Search the material below for "fillet" and copy every line where it occurs.
————
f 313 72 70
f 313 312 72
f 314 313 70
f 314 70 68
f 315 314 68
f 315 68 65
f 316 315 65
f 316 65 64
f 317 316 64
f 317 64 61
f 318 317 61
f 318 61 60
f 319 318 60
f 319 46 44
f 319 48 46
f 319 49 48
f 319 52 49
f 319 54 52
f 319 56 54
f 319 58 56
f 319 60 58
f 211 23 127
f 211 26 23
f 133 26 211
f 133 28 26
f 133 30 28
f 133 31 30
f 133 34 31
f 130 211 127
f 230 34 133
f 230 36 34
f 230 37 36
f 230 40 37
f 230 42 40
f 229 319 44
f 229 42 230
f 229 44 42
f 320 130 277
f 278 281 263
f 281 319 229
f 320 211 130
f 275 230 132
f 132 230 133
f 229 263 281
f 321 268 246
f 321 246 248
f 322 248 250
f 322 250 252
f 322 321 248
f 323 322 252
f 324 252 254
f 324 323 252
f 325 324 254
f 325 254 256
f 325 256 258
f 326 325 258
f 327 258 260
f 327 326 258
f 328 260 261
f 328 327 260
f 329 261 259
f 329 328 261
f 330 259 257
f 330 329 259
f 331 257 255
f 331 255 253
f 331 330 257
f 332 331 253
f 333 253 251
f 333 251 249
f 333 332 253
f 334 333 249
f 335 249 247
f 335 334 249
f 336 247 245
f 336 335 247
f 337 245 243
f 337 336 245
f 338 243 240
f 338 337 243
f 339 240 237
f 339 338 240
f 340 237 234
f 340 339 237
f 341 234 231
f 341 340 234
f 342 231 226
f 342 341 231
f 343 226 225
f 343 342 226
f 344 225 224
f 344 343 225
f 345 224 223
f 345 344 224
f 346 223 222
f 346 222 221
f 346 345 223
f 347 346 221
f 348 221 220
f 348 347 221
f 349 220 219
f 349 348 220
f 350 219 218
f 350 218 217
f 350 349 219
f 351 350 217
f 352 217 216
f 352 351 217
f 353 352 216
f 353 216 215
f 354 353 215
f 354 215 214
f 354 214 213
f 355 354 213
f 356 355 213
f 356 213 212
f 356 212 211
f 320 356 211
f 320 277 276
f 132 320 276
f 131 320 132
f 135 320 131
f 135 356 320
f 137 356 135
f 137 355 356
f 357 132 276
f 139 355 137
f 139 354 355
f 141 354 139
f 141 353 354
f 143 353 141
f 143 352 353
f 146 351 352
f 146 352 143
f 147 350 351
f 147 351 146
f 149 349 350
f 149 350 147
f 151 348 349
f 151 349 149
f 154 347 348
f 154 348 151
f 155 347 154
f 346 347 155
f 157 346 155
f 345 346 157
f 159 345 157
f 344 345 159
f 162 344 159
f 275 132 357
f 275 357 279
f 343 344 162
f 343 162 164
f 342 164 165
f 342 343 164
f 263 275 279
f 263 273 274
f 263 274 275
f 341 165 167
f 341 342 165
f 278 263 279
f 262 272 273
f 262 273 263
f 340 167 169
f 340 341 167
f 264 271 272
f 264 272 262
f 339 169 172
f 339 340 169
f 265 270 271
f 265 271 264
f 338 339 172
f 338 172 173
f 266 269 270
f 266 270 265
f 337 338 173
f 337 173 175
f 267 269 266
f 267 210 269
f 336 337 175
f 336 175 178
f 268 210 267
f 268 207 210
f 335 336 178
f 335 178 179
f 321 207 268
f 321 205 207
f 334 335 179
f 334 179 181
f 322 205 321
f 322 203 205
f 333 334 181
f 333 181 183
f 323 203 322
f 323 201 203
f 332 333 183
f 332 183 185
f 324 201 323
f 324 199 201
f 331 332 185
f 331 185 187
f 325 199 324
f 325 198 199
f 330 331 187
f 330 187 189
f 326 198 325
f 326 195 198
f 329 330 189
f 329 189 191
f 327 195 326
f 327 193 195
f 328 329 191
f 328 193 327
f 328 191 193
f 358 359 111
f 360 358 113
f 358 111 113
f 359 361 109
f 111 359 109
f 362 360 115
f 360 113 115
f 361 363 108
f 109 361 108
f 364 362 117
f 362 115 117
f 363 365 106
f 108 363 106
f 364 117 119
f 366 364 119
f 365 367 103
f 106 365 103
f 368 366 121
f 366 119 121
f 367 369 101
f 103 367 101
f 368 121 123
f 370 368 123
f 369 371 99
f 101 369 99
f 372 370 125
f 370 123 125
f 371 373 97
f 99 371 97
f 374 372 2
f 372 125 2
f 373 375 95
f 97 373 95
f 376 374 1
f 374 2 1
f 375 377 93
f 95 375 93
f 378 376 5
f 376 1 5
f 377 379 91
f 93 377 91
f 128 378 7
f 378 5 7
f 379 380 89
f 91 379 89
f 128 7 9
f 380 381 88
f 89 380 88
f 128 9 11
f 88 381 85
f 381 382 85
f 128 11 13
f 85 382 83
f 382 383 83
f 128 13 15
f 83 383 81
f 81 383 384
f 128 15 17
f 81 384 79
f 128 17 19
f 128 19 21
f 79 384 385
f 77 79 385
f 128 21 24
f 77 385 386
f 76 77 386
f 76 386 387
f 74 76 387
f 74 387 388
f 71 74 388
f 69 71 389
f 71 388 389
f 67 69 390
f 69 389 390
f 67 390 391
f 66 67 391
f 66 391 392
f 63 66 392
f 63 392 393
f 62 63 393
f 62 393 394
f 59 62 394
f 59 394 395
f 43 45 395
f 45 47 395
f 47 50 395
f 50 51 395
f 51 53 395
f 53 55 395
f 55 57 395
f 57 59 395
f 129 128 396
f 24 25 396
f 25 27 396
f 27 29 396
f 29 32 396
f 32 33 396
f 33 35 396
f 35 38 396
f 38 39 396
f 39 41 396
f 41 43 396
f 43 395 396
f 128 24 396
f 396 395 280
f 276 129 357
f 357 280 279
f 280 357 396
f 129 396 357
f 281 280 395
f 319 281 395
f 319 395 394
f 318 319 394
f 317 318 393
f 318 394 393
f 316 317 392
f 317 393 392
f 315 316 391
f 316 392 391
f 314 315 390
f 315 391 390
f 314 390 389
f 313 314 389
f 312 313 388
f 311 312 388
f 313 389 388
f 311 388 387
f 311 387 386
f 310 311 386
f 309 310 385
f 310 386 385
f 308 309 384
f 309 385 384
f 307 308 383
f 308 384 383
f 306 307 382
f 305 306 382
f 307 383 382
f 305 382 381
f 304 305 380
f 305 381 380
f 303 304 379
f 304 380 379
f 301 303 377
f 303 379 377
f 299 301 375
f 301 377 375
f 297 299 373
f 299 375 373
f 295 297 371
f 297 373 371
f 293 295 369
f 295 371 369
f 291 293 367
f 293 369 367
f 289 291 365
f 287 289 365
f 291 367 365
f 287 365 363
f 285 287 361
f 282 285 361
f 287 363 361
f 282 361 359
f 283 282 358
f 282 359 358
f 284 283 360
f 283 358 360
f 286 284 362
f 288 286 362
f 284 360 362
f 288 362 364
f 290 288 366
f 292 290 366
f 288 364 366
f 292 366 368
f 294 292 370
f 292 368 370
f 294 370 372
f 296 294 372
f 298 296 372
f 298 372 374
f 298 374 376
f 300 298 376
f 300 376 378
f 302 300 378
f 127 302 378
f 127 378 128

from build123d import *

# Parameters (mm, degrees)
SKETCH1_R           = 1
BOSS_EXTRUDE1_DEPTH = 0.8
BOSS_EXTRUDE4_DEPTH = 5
————
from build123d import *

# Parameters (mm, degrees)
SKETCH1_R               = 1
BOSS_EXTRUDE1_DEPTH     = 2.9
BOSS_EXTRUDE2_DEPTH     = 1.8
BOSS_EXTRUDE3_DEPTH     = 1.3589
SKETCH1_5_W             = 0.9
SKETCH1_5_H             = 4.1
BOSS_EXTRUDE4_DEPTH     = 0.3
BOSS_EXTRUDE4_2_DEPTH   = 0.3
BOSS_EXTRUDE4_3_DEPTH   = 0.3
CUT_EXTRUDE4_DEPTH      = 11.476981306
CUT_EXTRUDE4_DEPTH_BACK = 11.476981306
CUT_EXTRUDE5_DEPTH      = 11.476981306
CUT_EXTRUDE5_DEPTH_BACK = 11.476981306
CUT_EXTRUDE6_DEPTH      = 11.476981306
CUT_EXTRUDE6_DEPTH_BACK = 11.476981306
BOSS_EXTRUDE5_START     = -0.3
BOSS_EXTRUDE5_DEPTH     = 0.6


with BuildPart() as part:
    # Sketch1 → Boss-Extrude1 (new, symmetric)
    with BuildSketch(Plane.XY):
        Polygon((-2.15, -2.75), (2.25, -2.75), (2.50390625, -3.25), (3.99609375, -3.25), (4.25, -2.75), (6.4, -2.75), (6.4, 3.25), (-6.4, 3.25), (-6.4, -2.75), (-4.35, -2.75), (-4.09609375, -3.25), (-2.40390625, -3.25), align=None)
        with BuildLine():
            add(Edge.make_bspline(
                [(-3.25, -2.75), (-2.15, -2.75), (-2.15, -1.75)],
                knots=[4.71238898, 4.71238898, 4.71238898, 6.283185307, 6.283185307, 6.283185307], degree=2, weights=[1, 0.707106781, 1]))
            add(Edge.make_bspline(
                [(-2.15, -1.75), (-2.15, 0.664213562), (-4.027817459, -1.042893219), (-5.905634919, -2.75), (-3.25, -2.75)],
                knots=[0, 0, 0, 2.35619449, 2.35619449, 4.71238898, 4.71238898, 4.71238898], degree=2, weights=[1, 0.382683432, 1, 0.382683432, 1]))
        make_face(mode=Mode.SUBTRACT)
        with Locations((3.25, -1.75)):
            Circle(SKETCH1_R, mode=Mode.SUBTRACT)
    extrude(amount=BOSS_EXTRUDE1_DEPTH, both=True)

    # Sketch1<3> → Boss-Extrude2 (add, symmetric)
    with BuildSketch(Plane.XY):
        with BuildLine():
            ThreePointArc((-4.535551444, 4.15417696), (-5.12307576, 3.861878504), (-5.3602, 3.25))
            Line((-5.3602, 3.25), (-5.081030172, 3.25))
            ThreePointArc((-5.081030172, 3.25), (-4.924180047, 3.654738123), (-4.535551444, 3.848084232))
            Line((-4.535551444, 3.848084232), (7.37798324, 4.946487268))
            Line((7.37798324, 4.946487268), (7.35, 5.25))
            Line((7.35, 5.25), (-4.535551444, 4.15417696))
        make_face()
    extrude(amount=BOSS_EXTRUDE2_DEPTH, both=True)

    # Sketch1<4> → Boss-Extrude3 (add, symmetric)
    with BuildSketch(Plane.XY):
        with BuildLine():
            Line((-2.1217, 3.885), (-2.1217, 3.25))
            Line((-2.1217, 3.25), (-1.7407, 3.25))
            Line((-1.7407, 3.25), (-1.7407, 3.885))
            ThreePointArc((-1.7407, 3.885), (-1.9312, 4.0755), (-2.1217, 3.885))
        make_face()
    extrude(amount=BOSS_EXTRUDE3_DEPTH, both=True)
————
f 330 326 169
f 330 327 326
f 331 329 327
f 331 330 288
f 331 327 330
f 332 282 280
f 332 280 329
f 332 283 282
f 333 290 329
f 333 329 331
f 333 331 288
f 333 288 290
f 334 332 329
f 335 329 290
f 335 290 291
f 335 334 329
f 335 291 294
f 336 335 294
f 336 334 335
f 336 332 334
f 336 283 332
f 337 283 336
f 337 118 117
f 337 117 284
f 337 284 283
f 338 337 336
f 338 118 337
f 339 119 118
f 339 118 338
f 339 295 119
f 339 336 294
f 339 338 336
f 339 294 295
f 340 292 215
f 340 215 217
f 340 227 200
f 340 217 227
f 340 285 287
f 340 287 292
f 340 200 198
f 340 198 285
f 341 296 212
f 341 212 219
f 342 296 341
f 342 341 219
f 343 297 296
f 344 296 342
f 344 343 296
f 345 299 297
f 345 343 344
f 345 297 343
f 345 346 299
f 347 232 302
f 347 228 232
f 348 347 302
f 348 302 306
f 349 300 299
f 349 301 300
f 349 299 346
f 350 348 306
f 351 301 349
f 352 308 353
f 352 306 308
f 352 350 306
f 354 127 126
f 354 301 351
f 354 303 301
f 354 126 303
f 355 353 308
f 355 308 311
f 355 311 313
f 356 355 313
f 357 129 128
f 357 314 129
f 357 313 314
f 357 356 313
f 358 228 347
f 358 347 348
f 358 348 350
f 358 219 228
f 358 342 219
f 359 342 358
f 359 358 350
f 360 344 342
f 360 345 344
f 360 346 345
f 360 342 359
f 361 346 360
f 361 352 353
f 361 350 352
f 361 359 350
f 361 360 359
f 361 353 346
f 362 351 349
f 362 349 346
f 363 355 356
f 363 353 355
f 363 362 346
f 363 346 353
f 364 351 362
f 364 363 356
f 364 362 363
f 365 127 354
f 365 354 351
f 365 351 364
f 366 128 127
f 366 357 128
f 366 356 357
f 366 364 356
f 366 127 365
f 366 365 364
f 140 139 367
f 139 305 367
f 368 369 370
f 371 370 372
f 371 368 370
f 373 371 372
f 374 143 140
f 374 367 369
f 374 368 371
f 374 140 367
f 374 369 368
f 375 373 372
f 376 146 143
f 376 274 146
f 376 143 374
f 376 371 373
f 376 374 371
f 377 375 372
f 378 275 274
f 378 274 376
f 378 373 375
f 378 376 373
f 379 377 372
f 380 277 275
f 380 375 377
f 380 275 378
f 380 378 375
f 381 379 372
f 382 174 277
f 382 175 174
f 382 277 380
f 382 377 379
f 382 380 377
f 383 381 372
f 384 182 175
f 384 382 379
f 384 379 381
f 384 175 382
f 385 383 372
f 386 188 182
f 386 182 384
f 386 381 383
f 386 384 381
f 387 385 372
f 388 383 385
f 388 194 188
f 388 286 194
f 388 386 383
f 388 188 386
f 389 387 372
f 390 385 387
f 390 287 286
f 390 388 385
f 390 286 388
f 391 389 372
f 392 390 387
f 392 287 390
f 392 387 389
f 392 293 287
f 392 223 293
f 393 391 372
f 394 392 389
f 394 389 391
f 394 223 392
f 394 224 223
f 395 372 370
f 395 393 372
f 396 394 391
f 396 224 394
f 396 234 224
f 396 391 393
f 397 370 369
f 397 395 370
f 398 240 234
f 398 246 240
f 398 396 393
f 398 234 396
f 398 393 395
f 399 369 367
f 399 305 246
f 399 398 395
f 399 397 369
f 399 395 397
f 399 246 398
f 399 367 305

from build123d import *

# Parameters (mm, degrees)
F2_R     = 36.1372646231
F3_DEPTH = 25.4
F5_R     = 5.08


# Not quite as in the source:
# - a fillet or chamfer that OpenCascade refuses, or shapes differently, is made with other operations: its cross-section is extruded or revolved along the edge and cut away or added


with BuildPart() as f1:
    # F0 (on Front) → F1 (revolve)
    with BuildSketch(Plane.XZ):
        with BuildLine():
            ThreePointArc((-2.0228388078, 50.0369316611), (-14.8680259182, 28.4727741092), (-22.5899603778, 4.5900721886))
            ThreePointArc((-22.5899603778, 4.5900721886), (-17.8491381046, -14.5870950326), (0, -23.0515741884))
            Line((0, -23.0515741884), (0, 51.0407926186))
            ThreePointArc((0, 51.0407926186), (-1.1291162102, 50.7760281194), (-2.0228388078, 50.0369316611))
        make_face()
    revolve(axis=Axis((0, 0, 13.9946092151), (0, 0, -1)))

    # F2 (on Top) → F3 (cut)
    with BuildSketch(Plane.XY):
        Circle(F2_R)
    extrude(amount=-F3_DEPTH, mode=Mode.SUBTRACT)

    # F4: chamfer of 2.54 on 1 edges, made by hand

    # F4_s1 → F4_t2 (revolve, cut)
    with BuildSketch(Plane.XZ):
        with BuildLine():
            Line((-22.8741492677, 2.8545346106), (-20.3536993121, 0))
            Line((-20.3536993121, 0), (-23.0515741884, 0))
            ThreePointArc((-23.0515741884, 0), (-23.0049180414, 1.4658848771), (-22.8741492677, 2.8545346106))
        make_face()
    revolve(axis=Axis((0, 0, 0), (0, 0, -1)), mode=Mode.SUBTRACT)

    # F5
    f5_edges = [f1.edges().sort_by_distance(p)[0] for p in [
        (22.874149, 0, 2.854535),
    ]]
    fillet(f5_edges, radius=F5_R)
————
## Response below
# - a fillet or chamfer that OpenCascade refuses, or shapes differently, is made with other operations: its cross-section is extruded or revolved along the edge and cut away or added
    fillet(f5_edges, radius=F5_R)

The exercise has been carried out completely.